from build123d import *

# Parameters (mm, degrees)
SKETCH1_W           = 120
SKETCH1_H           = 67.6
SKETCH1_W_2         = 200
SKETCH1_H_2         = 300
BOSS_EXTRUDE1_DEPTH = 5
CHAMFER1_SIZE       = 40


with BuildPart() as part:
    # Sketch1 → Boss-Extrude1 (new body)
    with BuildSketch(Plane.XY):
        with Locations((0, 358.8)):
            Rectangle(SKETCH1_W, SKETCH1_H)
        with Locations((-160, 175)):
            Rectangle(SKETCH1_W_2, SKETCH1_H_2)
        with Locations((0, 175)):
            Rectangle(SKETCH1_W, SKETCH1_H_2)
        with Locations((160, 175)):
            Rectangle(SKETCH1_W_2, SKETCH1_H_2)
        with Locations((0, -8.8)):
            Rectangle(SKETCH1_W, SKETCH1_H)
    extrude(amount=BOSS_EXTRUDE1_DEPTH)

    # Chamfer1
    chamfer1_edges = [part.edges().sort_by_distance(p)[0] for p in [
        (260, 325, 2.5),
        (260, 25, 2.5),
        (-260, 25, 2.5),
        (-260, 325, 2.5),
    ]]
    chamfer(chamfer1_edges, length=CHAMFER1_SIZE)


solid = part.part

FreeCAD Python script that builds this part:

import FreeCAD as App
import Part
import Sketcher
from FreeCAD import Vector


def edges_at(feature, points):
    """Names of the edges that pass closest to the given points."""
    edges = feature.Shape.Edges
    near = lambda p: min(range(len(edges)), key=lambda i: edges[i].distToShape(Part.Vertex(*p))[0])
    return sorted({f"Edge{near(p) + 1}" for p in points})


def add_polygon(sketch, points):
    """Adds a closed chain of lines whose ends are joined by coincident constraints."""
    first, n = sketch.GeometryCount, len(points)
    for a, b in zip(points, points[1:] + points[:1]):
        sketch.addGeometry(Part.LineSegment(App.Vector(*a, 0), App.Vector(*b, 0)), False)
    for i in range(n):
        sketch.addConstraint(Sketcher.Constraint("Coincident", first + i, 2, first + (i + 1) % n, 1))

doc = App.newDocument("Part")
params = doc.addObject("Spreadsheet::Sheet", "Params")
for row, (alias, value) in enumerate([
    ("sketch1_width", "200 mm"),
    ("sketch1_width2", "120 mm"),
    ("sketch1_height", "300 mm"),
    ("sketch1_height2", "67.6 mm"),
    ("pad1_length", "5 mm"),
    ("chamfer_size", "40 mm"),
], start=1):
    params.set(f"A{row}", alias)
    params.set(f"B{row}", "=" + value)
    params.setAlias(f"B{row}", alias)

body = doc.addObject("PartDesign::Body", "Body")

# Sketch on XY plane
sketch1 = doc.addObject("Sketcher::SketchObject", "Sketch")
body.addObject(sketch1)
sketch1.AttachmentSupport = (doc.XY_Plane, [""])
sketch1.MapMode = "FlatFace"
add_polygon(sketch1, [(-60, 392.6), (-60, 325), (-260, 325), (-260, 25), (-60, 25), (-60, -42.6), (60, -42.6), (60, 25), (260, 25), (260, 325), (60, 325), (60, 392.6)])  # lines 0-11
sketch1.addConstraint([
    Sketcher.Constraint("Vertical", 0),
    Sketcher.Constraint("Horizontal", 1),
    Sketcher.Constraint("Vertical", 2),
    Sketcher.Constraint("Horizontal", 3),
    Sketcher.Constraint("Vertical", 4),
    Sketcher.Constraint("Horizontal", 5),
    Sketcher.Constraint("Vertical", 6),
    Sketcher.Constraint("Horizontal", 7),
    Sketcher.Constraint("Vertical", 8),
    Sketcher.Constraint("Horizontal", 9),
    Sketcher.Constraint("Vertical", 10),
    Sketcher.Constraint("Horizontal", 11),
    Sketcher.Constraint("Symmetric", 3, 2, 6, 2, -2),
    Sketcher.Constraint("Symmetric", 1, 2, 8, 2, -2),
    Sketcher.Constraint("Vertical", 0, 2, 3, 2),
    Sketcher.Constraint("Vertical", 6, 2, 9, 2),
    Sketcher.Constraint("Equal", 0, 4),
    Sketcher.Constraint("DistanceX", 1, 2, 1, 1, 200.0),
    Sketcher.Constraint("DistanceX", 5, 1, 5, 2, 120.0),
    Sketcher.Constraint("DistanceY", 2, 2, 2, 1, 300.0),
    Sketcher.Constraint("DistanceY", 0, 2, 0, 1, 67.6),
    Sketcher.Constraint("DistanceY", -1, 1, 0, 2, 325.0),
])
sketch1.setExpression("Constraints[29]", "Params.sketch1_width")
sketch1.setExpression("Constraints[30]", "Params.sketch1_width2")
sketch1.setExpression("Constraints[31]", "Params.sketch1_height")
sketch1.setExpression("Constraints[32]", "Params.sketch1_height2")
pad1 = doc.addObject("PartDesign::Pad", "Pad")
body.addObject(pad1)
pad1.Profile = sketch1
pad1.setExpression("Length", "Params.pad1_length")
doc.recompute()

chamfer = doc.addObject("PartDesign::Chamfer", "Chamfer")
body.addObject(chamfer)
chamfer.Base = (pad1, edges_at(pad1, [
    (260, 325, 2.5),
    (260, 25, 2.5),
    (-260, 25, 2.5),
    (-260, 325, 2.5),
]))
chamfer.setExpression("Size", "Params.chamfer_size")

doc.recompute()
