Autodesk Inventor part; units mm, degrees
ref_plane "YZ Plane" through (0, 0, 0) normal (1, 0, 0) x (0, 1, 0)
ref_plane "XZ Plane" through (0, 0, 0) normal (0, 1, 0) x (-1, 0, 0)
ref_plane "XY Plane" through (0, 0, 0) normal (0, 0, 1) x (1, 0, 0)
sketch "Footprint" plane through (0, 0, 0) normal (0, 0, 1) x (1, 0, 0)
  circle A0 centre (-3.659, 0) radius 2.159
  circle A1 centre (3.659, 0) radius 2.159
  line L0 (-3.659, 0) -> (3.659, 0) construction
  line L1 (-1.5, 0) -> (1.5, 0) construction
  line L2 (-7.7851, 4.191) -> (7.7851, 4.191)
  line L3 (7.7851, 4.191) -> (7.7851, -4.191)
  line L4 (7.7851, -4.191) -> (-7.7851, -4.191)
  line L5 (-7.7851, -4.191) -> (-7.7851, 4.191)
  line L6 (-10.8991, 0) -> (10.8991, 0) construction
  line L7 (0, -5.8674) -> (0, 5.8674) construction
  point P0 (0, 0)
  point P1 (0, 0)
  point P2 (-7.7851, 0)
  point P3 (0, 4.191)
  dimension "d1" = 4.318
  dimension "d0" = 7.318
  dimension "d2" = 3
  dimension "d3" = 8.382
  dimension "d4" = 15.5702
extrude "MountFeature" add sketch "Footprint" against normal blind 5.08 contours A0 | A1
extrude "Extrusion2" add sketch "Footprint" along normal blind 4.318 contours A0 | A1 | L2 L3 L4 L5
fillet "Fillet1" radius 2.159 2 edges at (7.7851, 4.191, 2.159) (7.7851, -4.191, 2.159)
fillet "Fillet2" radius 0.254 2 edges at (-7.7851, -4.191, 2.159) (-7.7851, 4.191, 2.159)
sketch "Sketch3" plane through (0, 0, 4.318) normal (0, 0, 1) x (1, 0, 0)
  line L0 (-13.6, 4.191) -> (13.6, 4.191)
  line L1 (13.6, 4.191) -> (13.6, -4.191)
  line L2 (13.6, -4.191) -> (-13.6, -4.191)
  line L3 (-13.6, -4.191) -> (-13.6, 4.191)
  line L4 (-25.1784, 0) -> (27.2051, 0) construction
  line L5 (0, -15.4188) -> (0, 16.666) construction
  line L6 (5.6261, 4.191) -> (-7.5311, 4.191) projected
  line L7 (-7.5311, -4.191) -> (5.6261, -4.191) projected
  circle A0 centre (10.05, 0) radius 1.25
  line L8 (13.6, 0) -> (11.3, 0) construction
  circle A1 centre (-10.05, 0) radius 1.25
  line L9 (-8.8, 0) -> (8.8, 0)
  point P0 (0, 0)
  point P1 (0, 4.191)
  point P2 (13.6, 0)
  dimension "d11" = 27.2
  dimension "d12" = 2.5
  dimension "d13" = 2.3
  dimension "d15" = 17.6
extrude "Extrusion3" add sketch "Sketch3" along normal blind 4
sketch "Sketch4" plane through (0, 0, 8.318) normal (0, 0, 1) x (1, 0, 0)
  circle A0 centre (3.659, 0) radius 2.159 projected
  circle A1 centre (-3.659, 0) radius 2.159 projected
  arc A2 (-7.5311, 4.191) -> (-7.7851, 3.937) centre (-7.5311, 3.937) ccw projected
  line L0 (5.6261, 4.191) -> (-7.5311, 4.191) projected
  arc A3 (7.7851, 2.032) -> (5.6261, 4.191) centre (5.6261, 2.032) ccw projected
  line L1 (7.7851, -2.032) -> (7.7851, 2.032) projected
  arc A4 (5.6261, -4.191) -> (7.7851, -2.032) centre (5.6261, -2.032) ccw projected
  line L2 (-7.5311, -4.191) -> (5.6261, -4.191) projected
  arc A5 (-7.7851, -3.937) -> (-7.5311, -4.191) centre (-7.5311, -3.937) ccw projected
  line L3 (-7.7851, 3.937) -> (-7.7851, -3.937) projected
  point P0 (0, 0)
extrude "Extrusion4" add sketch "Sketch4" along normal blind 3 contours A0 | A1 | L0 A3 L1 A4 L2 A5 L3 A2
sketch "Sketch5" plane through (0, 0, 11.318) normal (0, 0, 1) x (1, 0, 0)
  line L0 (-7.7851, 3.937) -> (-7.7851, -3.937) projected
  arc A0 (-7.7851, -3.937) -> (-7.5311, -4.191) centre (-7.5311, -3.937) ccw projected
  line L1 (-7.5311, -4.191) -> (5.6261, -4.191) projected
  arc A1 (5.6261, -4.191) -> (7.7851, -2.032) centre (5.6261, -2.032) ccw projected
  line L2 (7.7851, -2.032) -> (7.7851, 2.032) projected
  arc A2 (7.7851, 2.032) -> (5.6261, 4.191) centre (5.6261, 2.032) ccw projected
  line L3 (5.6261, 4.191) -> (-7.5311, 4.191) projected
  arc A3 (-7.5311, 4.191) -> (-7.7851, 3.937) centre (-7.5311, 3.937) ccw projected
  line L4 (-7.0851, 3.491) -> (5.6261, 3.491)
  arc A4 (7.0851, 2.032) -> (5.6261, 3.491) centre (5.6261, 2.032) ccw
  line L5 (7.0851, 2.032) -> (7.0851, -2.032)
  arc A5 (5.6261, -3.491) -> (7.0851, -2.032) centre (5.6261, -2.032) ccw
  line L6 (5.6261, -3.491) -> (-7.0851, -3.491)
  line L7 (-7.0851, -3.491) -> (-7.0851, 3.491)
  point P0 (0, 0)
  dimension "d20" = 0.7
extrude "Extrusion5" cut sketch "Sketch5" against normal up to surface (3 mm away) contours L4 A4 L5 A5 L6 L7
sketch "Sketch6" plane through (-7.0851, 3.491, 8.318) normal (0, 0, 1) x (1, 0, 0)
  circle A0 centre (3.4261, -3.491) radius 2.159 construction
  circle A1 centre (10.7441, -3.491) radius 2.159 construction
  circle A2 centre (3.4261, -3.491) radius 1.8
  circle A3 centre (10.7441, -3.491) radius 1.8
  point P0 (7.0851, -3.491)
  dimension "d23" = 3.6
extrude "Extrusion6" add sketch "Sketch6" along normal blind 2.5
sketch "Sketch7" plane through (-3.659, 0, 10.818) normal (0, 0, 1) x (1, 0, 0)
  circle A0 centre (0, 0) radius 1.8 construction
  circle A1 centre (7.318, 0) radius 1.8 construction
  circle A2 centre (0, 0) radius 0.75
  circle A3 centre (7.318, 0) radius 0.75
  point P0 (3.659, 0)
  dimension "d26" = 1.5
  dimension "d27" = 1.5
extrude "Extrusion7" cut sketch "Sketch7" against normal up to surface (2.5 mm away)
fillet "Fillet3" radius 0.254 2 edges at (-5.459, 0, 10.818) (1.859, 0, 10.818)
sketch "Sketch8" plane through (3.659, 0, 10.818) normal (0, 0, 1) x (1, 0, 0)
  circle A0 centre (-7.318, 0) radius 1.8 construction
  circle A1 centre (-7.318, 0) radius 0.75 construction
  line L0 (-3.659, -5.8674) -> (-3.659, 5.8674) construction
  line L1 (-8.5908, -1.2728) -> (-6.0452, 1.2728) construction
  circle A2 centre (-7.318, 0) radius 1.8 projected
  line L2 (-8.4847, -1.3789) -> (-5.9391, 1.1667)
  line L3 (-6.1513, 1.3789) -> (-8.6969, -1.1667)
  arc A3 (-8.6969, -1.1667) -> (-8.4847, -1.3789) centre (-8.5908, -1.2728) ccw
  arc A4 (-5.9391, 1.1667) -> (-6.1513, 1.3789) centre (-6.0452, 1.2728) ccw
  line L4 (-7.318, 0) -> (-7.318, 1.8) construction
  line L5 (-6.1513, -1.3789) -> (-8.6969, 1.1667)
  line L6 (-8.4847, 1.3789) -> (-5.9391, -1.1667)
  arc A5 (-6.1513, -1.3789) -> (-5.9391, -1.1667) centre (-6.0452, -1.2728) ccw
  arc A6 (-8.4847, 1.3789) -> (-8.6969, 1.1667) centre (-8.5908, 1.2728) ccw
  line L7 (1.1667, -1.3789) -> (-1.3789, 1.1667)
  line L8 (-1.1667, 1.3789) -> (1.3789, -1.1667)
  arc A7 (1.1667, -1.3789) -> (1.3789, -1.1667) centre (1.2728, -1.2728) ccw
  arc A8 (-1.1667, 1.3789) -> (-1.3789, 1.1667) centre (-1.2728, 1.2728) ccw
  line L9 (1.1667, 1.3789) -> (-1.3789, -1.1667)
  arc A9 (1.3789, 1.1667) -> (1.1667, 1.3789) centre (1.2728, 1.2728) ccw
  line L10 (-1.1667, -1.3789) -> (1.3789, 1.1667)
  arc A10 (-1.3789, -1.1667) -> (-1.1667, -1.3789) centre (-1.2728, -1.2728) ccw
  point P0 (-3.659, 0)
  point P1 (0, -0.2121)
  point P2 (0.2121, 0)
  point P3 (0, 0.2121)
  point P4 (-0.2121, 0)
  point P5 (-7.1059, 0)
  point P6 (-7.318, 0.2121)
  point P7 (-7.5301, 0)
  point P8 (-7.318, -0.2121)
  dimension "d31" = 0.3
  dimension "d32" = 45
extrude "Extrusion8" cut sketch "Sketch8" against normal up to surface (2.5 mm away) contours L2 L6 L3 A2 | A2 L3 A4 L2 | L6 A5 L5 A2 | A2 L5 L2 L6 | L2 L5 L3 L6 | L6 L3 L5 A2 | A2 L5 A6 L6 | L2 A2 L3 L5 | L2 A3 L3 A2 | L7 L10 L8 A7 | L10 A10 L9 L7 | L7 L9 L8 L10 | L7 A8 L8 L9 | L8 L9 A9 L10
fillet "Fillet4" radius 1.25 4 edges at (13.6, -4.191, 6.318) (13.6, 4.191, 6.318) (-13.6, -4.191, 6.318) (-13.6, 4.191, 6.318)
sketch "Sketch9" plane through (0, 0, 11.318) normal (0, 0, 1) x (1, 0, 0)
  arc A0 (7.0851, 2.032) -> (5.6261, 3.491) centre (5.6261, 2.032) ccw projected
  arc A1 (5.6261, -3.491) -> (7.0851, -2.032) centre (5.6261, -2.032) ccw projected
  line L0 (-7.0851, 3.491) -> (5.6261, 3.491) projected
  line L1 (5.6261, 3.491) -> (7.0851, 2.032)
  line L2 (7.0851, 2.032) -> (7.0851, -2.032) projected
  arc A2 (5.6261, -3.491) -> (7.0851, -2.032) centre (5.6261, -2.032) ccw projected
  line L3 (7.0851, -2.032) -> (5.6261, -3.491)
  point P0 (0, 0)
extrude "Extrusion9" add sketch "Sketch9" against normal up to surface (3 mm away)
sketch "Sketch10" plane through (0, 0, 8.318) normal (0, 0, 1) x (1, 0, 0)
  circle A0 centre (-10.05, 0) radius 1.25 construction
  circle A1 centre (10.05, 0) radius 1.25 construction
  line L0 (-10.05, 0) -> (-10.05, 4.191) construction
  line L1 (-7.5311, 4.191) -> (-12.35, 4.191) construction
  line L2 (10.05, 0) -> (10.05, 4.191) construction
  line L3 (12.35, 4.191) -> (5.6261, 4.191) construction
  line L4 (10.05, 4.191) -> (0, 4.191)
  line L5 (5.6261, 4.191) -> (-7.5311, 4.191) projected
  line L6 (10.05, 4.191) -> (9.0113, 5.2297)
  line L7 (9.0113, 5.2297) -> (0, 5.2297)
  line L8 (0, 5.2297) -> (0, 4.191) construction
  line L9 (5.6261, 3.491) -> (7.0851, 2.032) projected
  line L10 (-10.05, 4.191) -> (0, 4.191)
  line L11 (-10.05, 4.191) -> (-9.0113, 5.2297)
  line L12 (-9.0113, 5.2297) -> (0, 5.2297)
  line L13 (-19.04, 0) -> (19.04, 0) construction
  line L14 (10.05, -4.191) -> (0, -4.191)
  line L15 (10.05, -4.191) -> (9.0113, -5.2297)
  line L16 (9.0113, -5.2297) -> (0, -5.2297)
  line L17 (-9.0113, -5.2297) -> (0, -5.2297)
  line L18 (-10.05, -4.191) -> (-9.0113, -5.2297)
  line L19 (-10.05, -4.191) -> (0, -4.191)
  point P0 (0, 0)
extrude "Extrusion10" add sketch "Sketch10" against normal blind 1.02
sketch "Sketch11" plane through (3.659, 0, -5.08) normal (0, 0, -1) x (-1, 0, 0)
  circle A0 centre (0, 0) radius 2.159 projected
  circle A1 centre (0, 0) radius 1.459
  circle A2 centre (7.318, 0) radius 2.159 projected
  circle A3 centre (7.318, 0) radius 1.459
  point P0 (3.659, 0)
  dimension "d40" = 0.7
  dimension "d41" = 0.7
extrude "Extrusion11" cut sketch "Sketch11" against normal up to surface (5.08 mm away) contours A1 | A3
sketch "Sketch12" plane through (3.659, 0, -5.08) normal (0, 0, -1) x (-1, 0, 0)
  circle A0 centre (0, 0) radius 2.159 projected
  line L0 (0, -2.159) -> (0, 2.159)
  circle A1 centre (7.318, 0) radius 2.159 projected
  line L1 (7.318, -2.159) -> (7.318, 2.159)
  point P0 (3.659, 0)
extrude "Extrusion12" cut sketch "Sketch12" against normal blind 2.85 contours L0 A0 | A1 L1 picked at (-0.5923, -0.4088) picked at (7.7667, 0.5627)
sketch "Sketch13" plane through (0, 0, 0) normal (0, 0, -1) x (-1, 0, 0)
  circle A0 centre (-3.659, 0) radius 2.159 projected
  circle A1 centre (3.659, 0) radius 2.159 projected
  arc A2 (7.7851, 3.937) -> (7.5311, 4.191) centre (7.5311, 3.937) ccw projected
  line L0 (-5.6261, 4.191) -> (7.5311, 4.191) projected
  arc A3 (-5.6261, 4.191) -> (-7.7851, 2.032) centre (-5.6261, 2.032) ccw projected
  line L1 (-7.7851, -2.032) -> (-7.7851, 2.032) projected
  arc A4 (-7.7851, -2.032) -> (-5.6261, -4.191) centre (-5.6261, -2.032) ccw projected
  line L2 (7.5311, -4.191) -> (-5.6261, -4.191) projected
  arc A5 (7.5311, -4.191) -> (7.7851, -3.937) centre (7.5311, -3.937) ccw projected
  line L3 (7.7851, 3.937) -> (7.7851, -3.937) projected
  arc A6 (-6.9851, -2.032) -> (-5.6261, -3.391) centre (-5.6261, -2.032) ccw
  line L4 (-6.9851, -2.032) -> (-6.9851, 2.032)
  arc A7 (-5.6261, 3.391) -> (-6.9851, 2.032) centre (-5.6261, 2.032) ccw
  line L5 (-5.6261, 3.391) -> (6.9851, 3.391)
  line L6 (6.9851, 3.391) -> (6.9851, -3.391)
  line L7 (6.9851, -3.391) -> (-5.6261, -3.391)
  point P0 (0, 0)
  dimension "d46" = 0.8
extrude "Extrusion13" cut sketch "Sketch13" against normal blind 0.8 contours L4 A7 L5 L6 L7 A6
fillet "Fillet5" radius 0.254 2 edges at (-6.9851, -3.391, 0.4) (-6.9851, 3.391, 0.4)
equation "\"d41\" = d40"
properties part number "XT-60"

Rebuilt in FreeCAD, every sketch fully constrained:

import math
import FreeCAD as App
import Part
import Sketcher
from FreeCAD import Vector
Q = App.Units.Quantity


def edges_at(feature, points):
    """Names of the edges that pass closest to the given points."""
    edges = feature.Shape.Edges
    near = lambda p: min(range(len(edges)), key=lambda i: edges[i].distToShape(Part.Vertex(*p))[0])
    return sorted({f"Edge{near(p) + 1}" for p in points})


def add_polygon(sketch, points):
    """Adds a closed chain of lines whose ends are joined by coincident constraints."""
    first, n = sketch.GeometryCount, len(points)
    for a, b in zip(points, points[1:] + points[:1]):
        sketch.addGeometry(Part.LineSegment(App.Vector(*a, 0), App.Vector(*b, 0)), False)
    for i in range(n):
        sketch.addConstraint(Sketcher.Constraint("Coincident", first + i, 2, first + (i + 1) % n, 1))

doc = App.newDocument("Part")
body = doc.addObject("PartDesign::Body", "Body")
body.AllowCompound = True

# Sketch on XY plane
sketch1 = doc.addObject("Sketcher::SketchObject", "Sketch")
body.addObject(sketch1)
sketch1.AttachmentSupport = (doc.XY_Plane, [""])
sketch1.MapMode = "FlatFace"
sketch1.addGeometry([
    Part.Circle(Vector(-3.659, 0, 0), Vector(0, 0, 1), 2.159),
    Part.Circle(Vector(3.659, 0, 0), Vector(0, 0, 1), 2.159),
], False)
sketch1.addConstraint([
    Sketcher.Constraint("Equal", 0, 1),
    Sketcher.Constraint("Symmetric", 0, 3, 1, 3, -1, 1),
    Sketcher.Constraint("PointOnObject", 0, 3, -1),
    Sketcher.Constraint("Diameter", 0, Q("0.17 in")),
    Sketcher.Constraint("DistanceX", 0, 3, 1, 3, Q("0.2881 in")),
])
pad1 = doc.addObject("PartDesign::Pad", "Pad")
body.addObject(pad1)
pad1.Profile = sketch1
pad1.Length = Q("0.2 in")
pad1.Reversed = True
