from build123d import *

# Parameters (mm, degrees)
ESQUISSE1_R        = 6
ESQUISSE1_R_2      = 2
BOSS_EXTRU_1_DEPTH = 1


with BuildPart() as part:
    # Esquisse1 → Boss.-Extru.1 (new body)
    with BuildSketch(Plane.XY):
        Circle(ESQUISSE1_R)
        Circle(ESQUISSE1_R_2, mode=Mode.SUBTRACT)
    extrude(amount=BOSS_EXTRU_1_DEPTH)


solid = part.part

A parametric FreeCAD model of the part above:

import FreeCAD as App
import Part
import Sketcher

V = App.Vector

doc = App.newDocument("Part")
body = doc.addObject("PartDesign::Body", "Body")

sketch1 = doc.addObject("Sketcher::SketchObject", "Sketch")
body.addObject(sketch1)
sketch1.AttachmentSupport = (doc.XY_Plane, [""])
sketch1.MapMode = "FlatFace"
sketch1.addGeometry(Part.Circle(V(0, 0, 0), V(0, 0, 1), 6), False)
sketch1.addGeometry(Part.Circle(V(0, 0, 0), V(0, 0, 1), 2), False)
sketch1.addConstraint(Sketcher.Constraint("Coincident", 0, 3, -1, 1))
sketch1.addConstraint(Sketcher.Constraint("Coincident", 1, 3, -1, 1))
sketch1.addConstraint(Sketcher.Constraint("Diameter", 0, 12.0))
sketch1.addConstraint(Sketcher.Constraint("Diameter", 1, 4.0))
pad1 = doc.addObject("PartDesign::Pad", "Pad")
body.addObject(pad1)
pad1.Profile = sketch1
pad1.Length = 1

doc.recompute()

····················

Exercise instructions: Retype the records above from the very first line down to the line with "FreeCAD Python script", keeping both of those lines. Include nothing beyond them.

Finished exercise:
from build123d import *

# Parameters (mm, degrees)
SKETCH1_W           = 120
SKETCH1_H           = 67.6
SKETCH1_W_2         = 200
SKETCH1_H_2         = 300
BOSS_EXTRUDE1_DEPTH = 5
CHAMFER1_SIZE       = 40


with BuildPart() as part:
    # Sketch1 → Boss-Extrude1 (new body)
    with BuildSketch(Plane.XY):
        with Locations((0, 358.8)):
            Rectangle(SKETCH1_W, SKETCH1_H)
        with Locations((-160, 175)):
            Rectangle(SKETCH1_W_2, SKETCH1_H_2)
        with Locations((0, 175)):
            Rectangle(SKETCH1_W, SKETCH1_H_2)
        with Locations((160, 175)):
            Rectangle(SKETCH1_W_2, SKETCH1_H_2)
        with Locations((0, -8.8)):
            Rectangle(SKETCH1_W, SKETCH1_H)
    extrude(amount=BOSS_EXTRUDE1_DEPTH)

    # Chamfer1
    chamfer1_edges = [part.edges().sort_by_distance(p)[0] for p in [
        (260, 325, 2.5),
        (260, 25, 2.5),
        (-260, 25, 2.5),
        (-260, 325, 2.5),
    ]]
    chamfer(chamfer1_edges, length=CHAMFER1_SIZE)


solid = part.part

FreeCAD Python script that builds this part:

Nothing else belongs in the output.